Kumar Mangalam Birla (born 14 June 1967) is an Indian billionaire businessman, philanthropist, Chartered Accountant and the chairman of the Aditya Birla Group, one of the largest global conglomerates in India. He is also the chancellor of the Birla Institute of Technology & Science, Pilani and Chairman of Indian Institute of Management Ahmedabad. According to Forbes, he has an estimated net worth of US$14 billion, as of 1 October 2022.

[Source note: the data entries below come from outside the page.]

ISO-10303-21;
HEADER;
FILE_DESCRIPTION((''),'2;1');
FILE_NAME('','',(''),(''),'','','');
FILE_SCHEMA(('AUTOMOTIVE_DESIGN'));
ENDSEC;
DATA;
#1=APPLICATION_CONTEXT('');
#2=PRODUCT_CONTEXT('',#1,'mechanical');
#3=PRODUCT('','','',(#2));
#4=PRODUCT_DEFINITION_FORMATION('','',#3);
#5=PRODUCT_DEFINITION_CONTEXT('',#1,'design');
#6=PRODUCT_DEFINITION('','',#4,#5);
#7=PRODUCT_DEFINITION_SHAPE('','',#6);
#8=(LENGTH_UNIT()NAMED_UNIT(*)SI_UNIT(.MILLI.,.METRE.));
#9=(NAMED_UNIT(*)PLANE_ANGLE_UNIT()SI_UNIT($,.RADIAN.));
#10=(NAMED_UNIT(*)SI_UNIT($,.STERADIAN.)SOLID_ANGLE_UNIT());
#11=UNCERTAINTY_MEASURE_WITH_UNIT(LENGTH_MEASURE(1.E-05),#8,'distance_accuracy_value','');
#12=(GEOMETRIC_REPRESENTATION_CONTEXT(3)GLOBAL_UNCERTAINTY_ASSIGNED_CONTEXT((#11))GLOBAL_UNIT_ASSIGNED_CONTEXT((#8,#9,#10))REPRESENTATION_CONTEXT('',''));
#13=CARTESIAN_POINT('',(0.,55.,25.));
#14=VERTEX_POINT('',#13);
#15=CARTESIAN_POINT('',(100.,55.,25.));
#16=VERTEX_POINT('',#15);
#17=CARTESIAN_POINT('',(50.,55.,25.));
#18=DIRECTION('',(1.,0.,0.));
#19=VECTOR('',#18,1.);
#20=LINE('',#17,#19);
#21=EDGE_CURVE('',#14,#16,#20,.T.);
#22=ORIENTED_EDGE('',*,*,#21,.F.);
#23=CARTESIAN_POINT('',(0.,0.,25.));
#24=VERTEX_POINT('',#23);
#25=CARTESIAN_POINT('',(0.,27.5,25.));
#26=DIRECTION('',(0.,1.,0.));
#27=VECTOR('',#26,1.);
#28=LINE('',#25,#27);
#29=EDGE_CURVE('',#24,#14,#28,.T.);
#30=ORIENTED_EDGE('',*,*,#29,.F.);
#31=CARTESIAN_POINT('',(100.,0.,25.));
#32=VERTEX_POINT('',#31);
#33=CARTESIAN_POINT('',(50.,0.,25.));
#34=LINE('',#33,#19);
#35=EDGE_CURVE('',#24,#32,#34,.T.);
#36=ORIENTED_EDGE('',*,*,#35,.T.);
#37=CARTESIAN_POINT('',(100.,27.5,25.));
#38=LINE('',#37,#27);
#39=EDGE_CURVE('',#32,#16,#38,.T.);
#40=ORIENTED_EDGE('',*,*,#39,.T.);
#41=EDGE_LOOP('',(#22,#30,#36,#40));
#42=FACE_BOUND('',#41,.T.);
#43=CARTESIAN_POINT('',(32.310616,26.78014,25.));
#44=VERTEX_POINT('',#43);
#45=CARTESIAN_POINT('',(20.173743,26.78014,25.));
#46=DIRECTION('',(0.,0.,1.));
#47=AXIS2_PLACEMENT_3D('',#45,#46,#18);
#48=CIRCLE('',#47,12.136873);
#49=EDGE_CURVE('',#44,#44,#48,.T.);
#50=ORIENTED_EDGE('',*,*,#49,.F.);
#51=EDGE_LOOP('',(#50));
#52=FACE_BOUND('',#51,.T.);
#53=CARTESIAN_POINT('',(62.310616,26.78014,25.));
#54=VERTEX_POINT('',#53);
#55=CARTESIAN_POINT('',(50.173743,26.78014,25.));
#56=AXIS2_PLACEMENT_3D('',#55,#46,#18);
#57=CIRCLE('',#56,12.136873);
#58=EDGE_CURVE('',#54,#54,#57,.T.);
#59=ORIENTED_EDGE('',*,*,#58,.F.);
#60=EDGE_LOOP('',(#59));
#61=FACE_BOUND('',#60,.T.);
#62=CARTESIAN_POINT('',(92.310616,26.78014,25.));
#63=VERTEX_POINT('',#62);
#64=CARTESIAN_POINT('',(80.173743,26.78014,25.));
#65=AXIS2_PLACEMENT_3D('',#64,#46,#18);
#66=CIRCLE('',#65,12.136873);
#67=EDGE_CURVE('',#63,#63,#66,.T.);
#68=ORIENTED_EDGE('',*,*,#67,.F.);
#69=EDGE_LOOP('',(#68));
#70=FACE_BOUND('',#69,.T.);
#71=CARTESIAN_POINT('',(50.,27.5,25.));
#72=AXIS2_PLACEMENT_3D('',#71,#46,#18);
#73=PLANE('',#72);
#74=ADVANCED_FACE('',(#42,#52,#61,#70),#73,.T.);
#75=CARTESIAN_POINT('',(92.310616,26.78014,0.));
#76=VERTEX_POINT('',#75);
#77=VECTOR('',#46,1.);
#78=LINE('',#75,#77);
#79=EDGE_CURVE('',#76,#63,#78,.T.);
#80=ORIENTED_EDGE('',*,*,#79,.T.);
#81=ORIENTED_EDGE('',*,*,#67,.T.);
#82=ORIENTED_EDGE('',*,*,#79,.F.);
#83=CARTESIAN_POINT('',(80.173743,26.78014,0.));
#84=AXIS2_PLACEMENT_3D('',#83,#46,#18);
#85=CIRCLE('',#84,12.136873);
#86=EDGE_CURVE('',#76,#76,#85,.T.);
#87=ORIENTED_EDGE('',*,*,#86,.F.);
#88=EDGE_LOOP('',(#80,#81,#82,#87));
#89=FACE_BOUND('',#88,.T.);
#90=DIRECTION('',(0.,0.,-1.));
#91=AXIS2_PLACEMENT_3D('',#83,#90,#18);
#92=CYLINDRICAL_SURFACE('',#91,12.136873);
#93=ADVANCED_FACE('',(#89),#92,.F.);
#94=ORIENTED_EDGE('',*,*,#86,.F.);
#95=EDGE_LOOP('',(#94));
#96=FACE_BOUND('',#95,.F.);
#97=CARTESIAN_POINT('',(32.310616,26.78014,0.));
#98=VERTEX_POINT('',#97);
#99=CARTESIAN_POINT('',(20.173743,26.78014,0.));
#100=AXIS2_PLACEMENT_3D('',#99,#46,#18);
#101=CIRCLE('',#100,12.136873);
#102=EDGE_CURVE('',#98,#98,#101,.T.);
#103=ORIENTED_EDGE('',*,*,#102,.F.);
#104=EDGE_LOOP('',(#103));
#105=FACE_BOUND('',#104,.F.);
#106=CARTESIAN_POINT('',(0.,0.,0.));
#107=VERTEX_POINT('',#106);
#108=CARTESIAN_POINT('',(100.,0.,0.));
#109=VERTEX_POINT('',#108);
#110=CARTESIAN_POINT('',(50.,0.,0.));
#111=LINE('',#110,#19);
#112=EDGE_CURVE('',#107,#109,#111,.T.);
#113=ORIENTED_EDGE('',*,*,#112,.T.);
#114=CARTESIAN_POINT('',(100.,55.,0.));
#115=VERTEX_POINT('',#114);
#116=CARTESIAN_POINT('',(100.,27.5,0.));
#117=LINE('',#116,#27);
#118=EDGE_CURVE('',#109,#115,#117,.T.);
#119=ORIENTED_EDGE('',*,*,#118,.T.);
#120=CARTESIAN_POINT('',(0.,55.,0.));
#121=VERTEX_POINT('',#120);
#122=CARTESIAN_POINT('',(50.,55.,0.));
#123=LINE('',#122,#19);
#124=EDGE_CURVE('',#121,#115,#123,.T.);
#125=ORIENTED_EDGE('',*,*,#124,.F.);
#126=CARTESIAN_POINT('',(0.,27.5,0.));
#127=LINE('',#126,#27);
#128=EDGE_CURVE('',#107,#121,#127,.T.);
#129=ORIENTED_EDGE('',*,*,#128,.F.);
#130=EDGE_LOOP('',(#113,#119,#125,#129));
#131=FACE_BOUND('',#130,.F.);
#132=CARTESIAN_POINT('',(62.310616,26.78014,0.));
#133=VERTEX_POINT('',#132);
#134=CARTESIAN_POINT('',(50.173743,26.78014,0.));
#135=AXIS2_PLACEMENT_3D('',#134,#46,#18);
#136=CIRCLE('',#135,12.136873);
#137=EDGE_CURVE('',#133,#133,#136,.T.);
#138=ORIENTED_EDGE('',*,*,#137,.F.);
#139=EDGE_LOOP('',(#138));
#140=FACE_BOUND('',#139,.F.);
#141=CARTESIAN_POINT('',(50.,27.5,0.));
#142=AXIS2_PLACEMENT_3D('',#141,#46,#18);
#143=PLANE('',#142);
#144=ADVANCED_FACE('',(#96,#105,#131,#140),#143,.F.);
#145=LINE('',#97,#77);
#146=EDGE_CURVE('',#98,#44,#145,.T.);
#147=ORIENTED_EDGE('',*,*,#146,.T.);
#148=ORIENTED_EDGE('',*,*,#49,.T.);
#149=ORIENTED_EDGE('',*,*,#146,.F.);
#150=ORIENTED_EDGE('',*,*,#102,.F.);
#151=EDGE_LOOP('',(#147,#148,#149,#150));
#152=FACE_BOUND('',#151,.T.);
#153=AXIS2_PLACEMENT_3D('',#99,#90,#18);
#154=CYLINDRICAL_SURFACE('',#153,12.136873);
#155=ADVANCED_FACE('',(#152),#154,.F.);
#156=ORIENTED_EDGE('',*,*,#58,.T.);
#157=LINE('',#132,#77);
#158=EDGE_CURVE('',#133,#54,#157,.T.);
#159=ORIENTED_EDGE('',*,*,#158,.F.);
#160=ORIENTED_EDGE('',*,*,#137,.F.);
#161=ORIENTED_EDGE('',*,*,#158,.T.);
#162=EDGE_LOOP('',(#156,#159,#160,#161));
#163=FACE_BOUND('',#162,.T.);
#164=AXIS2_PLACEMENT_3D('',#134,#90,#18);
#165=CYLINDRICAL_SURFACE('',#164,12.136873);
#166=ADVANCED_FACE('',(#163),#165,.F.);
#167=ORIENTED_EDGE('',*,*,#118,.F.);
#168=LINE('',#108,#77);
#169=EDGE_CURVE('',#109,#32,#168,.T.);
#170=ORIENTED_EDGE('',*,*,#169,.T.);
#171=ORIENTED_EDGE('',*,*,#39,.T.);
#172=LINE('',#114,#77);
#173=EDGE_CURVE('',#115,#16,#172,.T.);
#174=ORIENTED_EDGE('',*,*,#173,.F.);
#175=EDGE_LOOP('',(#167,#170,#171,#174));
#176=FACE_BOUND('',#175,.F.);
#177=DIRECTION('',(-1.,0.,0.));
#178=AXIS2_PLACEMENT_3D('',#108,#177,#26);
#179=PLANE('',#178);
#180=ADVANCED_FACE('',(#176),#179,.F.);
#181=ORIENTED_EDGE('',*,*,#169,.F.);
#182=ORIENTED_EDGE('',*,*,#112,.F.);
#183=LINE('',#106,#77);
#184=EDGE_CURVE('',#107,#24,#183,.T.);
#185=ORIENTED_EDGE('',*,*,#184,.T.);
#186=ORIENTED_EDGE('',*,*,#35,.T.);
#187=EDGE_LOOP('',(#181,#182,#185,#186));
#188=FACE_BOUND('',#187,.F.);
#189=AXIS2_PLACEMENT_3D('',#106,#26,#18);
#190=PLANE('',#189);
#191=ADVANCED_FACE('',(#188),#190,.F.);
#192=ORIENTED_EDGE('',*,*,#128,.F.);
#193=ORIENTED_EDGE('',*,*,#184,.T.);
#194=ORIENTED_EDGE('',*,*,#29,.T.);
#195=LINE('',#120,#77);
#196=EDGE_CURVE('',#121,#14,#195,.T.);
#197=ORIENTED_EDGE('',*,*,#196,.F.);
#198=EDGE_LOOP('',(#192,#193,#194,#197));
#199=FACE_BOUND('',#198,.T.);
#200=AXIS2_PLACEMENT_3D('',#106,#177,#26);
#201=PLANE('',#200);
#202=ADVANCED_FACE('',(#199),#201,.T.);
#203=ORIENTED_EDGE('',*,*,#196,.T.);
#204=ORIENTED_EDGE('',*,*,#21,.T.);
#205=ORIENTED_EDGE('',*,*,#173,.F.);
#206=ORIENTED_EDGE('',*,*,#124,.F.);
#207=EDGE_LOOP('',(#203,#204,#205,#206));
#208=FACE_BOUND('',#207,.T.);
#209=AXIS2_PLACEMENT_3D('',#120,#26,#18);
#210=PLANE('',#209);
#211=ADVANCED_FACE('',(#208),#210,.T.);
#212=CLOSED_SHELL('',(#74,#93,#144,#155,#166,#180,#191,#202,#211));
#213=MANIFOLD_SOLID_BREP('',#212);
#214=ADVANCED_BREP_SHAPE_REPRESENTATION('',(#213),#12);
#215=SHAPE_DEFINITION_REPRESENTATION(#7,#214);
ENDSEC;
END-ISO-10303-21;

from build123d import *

# Parameters (mm, degrees)
F0_W     = 100
F0_H     = 55
F1_DEPTH = 25
F2_R     = 12.136873
F3_DEPTH = 25


with BuildPart() as f1:
    # F0 (on Top) → F1 (new body)
    with BuildSketch(Plane.XY):
        with Locations((50, 27.5)):
            Rectangle(F0_W, F0_H)
    extrude(amount=F1_DEPTH)

    # F2 (on Top) → F3 (cut)
    with BuildSketch(Plane.XY):
        with Locations((80.173743, 26.78014)):
            Circle(F2_R)
        with Locations((50.173743, 26.78014)):
            Circle(F2_R)
        with Locations((20.173743, 26.78014)):
            Circle(F2_R)
    extrude(amount=F3_DEPTH, mode=Mode.SUBTRACT)


solid = f1.part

Birla took over as chairman of the Aditya Birla Group in 1995, at the age of 28, following the death of his father Aditya Vikram Birla. During his tenure as chairman, the group's annual turnover has increased from US$2 Billion in 1995 to US$45 billion in 2021.
Today, the group is present in 36 countries across six continents with over 50% of its revenues coming from overseas operations.

Early life and education
A fourth generation member of the Birla Family from Rajasthan, Kumar Birla was born in Kolkata and grew up in a joint family in Mumbai with his parents Aditya Vikram Birla and Rajashree Birla and younger sister Vasavadatta Birla. He did his high school from Sydenham College of Commerce and Economics and a bachelor's degree from H.R. College of Commerce and Economics of the University of Mumbai. He later studied at London Business School and was awarded Master of Business Administration from University of London in 1992. He is also an honorary fellow at LBS. He is a chartered accountant from Institute of Chartered Accountants of India (ICAI).

Career

1995–2005 
In 1995, Kumar Mangalam Birla took over the family business and consolidated all the group companies under the brand – Aditya Birla Group (ABG). Birla acquired Indian Aluminum Company (INDAL) in 2000. Then in 2003, Hindalco, acquired Nifty Copper Mines in Australia, while the Aditya Birla Group acquired the Mount Gordon Copper mines in Australia. Next year in 2004, Birla acquired a majority stake in L&T cement, which was later renamed UltraTech Cement. In the same year, the Birla-led group’s flagship Hindalco Industries announced a merger with all the businesses of Indian Aluminium Company (Indal).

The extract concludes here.